- Records for processing -

-- Opening Marker --

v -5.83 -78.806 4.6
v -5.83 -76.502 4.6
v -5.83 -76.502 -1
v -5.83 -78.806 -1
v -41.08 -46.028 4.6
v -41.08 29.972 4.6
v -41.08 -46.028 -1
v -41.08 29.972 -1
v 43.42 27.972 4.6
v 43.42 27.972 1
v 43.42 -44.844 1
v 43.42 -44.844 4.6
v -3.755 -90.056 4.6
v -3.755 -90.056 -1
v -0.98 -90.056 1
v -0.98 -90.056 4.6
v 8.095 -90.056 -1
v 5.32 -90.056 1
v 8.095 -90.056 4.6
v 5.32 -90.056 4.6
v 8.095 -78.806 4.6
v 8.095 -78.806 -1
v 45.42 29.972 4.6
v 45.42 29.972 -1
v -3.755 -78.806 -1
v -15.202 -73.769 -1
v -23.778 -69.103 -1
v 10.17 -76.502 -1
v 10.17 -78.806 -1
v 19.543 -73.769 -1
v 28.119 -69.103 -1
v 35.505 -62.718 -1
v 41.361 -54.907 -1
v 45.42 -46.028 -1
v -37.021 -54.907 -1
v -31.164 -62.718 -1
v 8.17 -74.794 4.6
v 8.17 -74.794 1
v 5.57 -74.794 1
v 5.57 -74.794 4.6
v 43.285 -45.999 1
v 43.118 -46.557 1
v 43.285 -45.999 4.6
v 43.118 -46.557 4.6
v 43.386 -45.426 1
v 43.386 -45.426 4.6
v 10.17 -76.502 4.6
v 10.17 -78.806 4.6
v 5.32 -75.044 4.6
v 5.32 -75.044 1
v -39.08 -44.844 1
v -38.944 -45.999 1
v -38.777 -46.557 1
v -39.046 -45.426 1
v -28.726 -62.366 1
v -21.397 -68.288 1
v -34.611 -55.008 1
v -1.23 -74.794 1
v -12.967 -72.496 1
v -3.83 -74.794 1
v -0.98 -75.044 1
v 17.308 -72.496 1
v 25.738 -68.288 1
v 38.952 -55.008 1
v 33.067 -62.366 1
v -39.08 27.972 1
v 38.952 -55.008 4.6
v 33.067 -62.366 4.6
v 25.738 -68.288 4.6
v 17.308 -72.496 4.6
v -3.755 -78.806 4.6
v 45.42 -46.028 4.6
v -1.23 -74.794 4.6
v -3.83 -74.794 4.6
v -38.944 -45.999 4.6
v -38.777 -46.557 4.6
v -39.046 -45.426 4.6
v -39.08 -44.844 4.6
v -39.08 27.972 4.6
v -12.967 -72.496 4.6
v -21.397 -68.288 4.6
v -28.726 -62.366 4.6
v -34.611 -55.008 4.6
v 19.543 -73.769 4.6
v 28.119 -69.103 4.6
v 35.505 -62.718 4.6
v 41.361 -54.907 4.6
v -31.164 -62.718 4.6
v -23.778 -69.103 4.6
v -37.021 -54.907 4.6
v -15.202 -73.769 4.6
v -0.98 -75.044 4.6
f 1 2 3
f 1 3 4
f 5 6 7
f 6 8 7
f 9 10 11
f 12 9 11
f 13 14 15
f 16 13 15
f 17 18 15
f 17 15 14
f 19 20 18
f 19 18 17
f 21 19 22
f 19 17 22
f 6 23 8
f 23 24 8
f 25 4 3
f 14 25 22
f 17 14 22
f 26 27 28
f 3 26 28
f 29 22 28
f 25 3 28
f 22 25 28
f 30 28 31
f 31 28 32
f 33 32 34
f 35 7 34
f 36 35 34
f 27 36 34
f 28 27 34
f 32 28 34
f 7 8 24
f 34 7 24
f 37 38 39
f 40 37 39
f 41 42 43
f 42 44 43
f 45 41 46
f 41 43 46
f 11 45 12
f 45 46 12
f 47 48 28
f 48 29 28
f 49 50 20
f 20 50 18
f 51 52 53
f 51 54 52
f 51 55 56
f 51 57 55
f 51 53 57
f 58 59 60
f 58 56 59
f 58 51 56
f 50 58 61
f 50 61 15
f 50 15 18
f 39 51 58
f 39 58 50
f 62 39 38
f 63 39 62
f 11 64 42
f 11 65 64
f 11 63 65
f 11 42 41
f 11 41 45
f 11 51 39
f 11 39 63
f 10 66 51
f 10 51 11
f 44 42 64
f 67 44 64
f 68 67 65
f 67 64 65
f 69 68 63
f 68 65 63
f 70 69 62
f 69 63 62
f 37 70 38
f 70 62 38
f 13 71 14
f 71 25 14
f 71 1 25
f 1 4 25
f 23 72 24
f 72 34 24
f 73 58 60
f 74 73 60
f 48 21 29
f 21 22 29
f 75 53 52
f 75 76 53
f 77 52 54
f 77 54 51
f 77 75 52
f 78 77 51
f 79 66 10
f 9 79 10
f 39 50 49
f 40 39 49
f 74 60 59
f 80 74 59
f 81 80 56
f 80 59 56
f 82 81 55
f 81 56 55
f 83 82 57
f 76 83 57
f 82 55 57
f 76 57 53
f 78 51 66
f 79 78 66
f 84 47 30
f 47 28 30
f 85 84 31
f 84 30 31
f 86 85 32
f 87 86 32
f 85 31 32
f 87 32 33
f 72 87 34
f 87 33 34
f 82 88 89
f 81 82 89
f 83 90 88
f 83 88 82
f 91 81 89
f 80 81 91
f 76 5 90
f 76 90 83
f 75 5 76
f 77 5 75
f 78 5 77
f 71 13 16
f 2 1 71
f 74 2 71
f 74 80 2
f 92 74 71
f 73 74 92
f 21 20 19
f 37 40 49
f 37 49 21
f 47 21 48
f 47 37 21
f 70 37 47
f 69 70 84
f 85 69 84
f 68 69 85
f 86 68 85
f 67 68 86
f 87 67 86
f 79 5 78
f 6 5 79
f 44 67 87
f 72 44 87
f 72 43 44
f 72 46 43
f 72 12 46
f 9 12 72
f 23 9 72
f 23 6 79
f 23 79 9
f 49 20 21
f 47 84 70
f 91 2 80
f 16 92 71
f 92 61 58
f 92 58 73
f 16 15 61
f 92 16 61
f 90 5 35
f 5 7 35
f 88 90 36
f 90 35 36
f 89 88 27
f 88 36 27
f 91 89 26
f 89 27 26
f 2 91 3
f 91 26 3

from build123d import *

# Parameters (mm, degrees)
F0_W     = 5.925
F0_H     = 11.25
F0_H_2   = 1.596662
F1_DEPTH = 1
F3_DEPTH = 3.6
F4_R     = 5
F5_SIZE  = 0.25


with BuildPart() as f1:
    # F0 (on Top) → F1 (new body, symmetric)
    with BuildSketch(Plane.XY):
        with BuildLine():
            Line((2.170431, -46.027672), (-38.966179, -46.027672))
            ThreePointArc((-38.966179, -46.027672), (-23.047559, -67.17303), (2.170431, -75.209299))
            Line((2.170431, -75.209299), (2.170431, -46.027672))
        make_face()
        with BuildLine():
            ThreePointArc((2.170431, -75.209299), (27.388422, -67.17303), (43.307042, -46.027672))
            Line((43.307042, -46.027672), (2.170431, -46.027672))
            Line((2.170431, -46.027672), (2.170431, -75.209299))
        make_face()
        with BuildLine():
            Line((45.420431, 29.972328), (-41.079569, 29.972328))
            Line((-41.079569, 29.972328), (-41.079569, -46.027672))
            Line((-41.079569, -46.027672), (-38.966179, -46.027672))
            ThreePointArc((-38.966179, -46.027672), (-39.0232, -45.863777), (-39.079569, -45.699656))
            Line((-39.079569, -45.699656), (-39.079569, 27.972328))
            Line((-39.079569, 27.972328), (43.420431, 27.972328))
            Line((43.420431, 27.972328), (43.420431, -45.699656))
            ThreePointArc((43.420431, -45.699656), (43.364063, -45.863777), (43.307042, -46.027672))
            Line((43.307042, -46.027672), (45.420431, -46.027672))
            Line((45.420431, -46.027672), (45.420431, 29.972328))
        make_face()
        with BuildLine():
            Line((-38.966179, -46.027672), (-41.079569, -46.027672))
            ThreePointArc((-41.079569, -46.027672), (-27.642472, -66.108974), (-5.829569, -76.501831))
            Line((-5.829569, -76.501831), (2.170431, -76.501831))
            Line((2.170431, -76.501831), (2.170431, -75.209299))
            ThreePointArc((2.170431, -75.209299), (-23.047559, -67.17303), (-38.966179, -46.027672))
        make_face()
        with BuildLine():
            ThreePointArc((10.170431, -76.501831), (31.983335, -66.108974), (45.420431, -46.027672))
            Line((45.420431, -46.027672), (43.307042, -46.027672))
            ThreePointArc((43.307042, -46.027672), (27.388422, -67.17303), (2.170431, -75.209299))
            Line((2.170431, -75.209299), (2.170431, -76.501831))
            Line((2.170431, -76.501831), (10.170431, -76.501831))
        make_face()
        with BuildLine():
            ThreePointArc((-39.079569, -45.699656), (-39.0232, -45.863777), (-38.966179, -46.027672))
            Line((-38.966179, -46.027672), (2.170431, -46.027672))
            Line((2.170431, -46.027672), (43.307042, -46.027672))
            ThreePointArc((43.307042, -46.027672), (43.364063, -45.863777), (43.420431, -45.699656))
            Line((43.420431, -45.699656), (43.420431, 27.972328))
            Line((43.420431, 27.972328), (-39.079569, 27.972328))
            Line((-39.079569, 27.972328), (-39.079569, -45.699656))
        make_face()
        with Locations((5.132931, -84.430961)):
            Rectangle(F0_W, F0_H)
        with Locations((-0.792069, -84.430961)):
            Rectangle(F0_W, F0_H)
        with Locations((-0.792069, -78.00763)):
            Rectangle(F0_W, F0_H_2)
        with BuildLine():
            ThreePointArc((2.170431, -77.209299), (-1.845179, -77.032088), (-5.829569, -76.501831))
            Line((-5.829569, -76.501831), (-5.829569, -78.805961))
            Line((-5.829569, -78.805961), (-3.754569, -78.805961))
            Line((-3.754569, -78.805961), (-3.754569, -77.209299))
            Line((-3.754569, -77.209299), (2.170431, -77.209299))
        make_face()
        with BuildLine():
            Line((10.170431, -78.805961), (10.170431, -76.501831))
            ThreePointArc((10.170431, -76.501831), (6.186042, -77.032088), (2.170431, -77.209299))
            Line((2.170431, -77.209299), (8.095431, -77.209299))
            Line((8.095431, -77.209299), (8.095431, -78.805961))
            Line((8.095431, -78.805961), (10.170431, -78.805961))
        make_face()
        with Locations((5.132931, -78.00763)):
            Rectangle(F0_W, F0_H_2)
        with BuildLine():
            Line((2.170431, -76.501831), (-5.829569, -76.501831))
            ThreePointArc((-5.829569, -76.501831), (-1.845179, -77.032088), (2.170431, -77.209299))
            Line((2.170431, -77.209299), (2.170431, -76.501831))
        make_face()
        with BuildLine():
            ThreePointArc((2.170431, -77.209299), (6.186042, -77.032088), (10.170431, -76.501831))
            Line((10.170431, -76.501831), (2.170431, -76.501831))
            Line((2.170431, -76.501831), (2.170431, -77.209299))
        make_face()
    extrude(amount=F1_DEPTH, both=True)

    # F2 (on face) → F3 (join)
    with BuildSketch(Plane.XY.offset(1)):
        with BuildLine():
            Line((-39.079569, 27.972328), (43.420431, 27.972328))
            Line((43.420431, 27.972328), (43.420431, -45.699656))
            ThreePointArc((43.420431, -45.699656), (29.915085, -65.238213), (8.170431, -74.794342))
            Line((8.170431, -74.794342), (8.170431, -76.805961))
            Line((8.170431, -76.805961), (6.095431, -76.805961))
            Line((6.095431, -76.805961), (6.095431, -88.055961))
            Line((6.095431, -88.055961), (5.320431, -88.055961))
            Line((5.320431, -88.055961), (5.320431, -90.055961))
            Line((5.320431, -90.055961), (8.095431, -90.055961))
            Line((8.095431, -90.055961), (8.095431, -78.805961))
            Line((8.095431, -78.805961), (10.170431, -78.805961))
            Line((10.170431, -78.805961), (10.170431, -76.501831))
            ThreePointArc((10.170431, -76.501831), (31.983335, -66.108974), (45.420431, -46.027672))
            Line((45.420431, -46.027672), (45.420431, 29.972328))
            Line((45.420431, 29.972328), (-41.079569, 29.972328))
            Line((-41.079569, 29.972328), (-41.079569, -46.027672))
            ThreePointArc((-41.079569, -46.027672), (-27.642472, -66.108974), (-5.829569, -76.501831))
            Line((-5.829569, -76.501831), (-5.829569, -78.805961))
            Line((-5.829569, -78.805961), (-3.754569, -78.805961))
            Line((-3.754569, -78.805961), (-3.754569, -90.055961))
            Line((-3.754569, -90.055961), (-0.979569, -90.055961))
            Line((-0.979569, -90.055961), (-0.979569, -88.055961))
            Line((-0.979569, -88.055961), (-1.754569, -88.055961))
            Line((-1.754569, -88.055961), (-1.754569, -76.805961))
            Line((-1.754569, -76.805961), (-3.829569, -76.805961))
            Line((-3.829569, -76.805961), (-3.829569, -74.794342))
            ThreePointArc((-3.829569, -74.794342), (-25.574222, -65.238213), (-39.079569, -45.699656))
            Line((-39.079569, -45.699656), (-39.079569, 27.972328))
        make_face()
        Polygon((-0.979569, -74.794342), (-3.829569, -74.794342), (-3.829569, -76.805961), (-1.754569, -76.805961), (-1.754569, -88.055961), (-0.979569, -88.055961), align=None)
        Polygon((8.170431, -76.805961), (8.170431, -74.794342), (5.320431, -74.794342), (5.320431, -88.055961), (6.095431, -88.055961), (6.095431, -76.805961), align=None)
    extrude(amount=F3_DEPTH)

    # F4
    f4_edges = [f1.edges().sort_by_distance(p)[0] for p in [
        (-39.079569, -45.699656, 2.8),
        (43.420431, -45.699656, 2.8),
    ]]
    fillet(f4_edges, radius=F4_R)

    # F5
    f5_edges = [f1.edges().sort_by_distance(p)[0] for p in [
        (-0.979569, -74.794342, 2.8),
        (5.320431, -74.794342, 2.8),
    ]]
    chamfer(f5_edges, length=F5_SIZE)


solid = f1.part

-- Closing Marker --

- Required action -
Print exactly, and only, the lines beginning at the top of the listing and ending at the line with "v 10.17 -78.806 -1".

- Reply to the exercise -
v -5.83 -78.806 4.6
v -5.83 -76.502 4.6
v -5.83 -76.502 -1
v -5.83 -78.806 -1
v -41.08 -46.028 4.6
v -41.08 29.972 4.6
v -41.08 -46.028 -1
v -41.08 29.972 -1
v 43.42 27.972 4.6
v 43.42 27.972 1
v 43.42 -44.844 1
v 43.42 -44.844 4.6
v -3.755 -90.056 4.6
v -3.755 -90.056 -1
v -0.98 -90.056 1
v -0.98 -90.056 4.6
v 8.095 -90.056 -1
v 5.32 -90.056 1
v 8.095 -90.056 4.6
v 5.32 -90.056 4.6
v 8.095 -78.806 4.6
v 8.095 -78.806 -1
v 45.42 29.972 4.6
v 45.42 29.972 -1
v -3.755 -78.806 -1
v -15.202 -73.769 -1
v -23.778 -69.103 -1
v 10.17 -76.502 -1
v 10.17 -78.806 -1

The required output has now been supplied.